Problem description: Pull every line holding the word "revolve" out of the data and copy it.

Supplied data:
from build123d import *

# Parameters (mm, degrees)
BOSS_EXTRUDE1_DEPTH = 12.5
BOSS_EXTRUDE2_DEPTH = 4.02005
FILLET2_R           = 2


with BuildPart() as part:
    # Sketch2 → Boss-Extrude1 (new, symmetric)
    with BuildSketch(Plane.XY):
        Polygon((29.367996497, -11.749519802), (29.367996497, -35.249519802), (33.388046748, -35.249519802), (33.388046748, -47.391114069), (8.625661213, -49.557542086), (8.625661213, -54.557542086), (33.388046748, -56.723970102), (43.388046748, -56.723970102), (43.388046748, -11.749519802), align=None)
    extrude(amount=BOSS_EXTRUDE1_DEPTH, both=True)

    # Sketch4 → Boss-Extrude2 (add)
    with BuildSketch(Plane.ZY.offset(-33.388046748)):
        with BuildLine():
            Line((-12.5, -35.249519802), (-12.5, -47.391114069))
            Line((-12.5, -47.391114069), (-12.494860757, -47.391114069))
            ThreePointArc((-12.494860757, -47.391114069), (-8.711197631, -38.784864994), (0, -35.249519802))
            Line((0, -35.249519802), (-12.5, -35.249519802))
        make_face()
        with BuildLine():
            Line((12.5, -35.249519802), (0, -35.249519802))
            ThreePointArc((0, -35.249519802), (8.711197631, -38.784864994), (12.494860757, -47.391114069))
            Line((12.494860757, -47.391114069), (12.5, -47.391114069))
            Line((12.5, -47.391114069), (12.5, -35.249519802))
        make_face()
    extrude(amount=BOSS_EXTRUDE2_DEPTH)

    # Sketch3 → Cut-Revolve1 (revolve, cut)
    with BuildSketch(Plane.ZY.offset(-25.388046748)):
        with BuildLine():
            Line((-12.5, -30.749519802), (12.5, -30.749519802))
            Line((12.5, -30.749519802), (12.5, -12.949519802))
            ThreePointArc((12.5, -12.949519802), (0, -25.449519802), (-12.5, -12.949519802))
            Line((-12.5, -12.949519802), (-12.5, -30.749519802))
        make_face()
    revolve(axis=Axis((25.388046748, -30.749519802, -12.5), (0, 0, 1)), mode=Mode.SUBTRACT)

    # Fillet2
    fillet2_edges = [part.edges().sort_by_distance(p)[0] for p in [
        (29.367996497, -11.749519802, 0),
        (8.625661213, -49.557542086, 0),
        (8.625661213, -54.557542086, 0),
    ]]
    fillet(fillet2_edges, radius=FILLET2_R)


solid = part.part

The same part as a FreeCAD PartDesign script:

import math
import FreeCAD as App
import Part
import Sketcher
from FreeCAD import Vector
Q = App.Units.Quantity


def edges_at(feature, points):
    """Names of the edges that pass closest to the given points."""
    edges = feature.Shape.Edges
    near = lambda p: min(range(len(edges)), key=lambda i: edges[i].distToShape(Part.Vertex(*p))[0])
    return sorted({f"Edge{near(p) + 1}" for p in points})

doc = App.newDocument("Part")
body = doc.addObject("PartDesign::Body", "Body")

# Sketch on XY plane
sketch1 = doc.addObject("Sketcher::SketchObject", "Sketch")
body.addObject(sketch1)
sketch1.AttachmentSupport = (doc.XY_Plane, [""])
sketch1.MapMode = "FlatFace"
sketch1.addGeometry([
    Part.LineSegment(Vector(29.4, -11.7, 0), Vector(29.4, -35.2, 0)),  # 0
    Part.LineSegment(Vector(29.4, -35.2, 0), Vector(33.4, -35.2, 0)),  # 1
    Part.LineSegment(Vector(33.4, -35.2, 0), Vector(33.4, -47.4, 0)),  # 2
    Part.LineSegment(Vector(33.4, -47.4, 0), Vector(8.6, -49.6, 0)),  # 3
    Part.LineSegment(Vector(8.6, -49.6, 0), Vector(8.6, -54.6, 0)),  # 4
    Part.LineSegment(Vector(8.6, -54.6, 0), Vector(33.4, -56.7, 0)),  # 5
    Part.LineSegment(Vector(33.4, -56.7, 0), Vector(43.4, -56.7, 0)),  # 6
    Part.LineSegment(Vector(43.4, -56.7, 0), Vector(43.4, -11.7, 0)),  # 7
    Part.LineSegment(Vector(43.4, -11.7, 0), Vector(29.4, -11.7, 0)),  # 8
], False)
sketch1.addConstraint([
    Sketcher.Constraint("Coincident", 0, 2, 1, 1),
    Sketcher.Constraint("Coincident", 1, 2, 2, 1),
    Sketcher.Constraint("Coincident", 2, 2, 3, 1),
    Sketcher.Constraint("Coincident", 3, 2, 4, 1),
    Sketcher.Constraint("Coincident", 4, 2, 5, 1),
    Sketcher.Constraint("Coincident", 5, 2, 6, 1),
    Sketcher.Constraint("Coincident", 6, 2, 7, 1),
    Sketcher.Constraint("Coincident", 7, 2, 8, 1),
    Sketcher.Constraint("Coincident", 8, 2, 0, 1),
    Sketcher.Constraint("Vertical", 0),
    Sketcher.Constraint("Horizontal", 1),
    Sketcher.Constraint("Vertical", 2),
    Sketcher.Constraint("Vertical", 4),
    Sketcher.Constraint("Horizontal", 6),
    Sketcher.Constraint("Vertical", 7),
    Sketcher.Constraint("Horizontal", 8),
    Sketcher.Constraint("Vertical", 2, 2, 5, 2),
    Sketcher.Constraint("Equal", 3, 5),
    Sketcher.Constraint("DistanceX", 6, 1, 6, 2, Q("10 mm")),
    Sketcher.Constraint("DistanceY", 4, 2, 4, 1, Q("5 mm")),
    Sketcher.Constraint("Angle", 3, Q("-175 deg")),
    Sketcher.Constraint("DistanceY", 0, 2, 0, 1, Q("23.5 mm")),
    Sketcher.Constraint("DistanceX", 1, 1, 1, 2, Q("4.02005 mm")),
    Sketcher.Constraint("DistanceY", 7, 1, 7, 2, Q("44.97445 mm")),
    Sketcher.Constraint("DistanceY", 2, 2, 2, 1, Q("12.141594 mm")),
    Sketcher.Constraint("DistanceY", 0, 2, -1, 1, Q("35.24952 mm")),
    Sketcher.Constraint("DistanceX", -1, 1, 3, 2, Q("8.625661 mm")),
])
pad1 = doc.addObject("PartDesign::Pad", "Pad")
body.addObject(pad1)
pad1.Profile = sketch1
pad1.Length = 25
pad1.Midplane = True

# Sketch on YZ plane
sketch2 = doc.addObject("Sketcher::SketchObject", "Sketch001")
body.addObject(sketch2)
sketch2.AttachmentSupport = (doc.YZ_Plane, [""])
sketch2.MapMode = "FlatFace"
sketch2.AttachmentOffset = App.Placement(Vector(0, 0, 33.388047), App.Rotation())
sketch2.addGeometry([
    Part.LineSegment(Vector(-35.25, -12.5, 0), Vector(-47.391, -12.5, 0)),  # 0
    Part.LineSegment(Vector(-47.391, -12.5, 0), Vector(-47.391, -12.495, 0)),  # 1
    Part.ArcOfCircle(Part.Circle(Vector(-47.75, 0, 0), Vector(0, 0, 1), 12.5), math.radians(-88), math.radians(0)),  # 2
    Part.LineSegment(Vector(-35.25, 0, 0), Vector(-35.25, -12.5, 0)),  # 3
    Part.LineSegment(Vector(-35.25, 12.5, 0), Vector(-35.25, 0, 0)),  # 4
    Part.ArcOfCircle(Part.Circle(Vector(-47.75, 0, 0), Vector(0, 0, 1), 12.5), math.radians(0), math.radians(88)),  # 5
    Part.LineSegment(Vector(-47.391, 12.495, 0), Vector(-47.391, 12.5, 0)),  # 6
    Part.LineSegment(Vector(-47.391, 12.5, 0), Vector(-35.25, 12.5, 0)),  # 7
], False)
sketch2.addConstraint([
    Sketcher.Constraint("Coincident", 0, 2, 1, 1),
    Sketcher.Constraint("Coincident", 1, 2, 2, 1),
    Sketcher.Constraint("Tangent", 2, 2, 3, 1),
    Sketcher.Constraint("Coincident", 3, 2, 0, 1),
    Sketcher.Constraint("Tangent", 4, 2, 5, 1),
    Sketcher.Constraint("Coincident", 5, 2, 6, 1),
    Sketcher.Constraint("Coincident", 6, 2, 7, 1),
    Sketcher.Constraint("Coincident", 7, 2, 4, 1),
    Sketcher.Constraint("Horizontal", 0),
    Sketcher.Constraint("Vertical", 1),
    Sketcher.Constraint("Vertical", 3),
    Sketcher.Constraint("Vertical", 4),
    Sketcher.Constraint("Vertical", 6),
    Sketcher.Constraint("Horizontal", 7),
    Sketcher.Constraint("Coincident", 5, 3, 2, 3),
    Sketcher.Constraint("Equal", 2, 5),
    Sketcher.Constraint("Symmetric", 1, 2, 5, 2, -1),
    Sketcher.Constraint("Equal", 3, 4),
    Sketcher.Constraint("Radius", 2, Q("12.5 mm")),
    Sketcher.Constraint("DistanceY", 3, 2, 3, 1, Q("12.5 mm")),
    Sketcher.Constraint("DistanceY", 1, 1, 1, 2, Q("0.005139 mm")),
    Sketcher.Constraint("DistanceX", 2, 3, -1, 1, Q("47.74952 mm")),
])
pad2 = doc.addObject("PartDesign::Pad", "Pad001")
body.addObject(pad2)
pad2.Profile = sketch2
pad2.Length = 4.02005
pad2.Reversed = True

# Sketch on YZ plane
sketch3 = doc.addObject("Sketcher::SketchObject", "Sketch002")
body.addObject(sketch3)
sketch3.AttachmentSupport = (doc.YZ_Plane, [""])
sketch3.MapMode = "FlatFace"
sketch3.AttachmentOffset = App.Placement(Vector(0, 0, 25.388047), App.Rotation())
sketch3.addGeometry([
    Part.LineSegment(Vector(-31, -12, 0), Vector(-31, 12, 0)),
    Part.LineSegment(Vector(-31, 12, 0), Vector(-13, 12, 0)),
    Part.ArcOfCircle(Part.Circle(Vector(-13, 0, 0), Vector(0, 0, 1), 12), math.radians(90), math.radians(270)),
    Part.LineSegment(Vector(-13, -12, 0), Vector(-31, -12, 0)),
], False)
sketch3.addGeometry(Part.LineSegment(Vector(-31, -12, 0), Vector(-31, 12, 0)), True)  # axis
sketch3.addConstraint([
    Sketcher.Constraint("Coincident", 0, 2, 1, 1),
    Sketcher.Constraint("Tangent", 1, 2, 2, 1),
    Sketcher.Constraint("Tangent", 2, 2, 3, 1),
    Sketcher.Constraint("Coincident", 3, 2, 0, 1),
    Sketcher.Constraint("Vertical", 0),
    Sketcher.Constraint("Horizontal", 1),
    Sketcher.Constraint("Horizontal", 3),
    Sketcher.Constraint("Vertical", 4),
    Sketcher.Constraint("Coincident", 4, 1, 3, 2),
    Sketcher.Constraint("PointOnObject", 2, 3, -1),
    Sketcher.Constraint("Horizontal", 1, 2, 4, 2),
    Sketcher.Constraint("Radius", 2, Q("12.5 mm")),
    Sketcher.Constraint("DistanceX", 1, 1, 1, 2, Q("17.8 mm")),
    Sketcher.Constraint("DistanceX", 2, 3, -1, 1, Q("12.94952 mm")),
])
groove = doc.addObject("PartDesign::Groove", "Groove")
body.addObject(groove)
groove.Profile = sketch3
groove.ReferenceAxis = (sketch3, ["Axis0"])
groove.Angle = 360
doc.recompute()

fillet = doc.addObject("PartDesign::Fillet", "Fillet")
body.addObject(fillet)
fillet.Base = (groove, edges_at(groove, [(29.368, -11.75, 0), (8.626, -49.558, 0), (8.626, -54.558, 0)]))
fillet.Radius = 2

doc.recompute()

Output:
    # Sketch3 → Cut-Revolve1 (revolve, cut)
    revolve(axis=Axis((25.388046748, -30.749519802, -12.5), (0, 0, 1)), mode=Mode.SUBTRACT)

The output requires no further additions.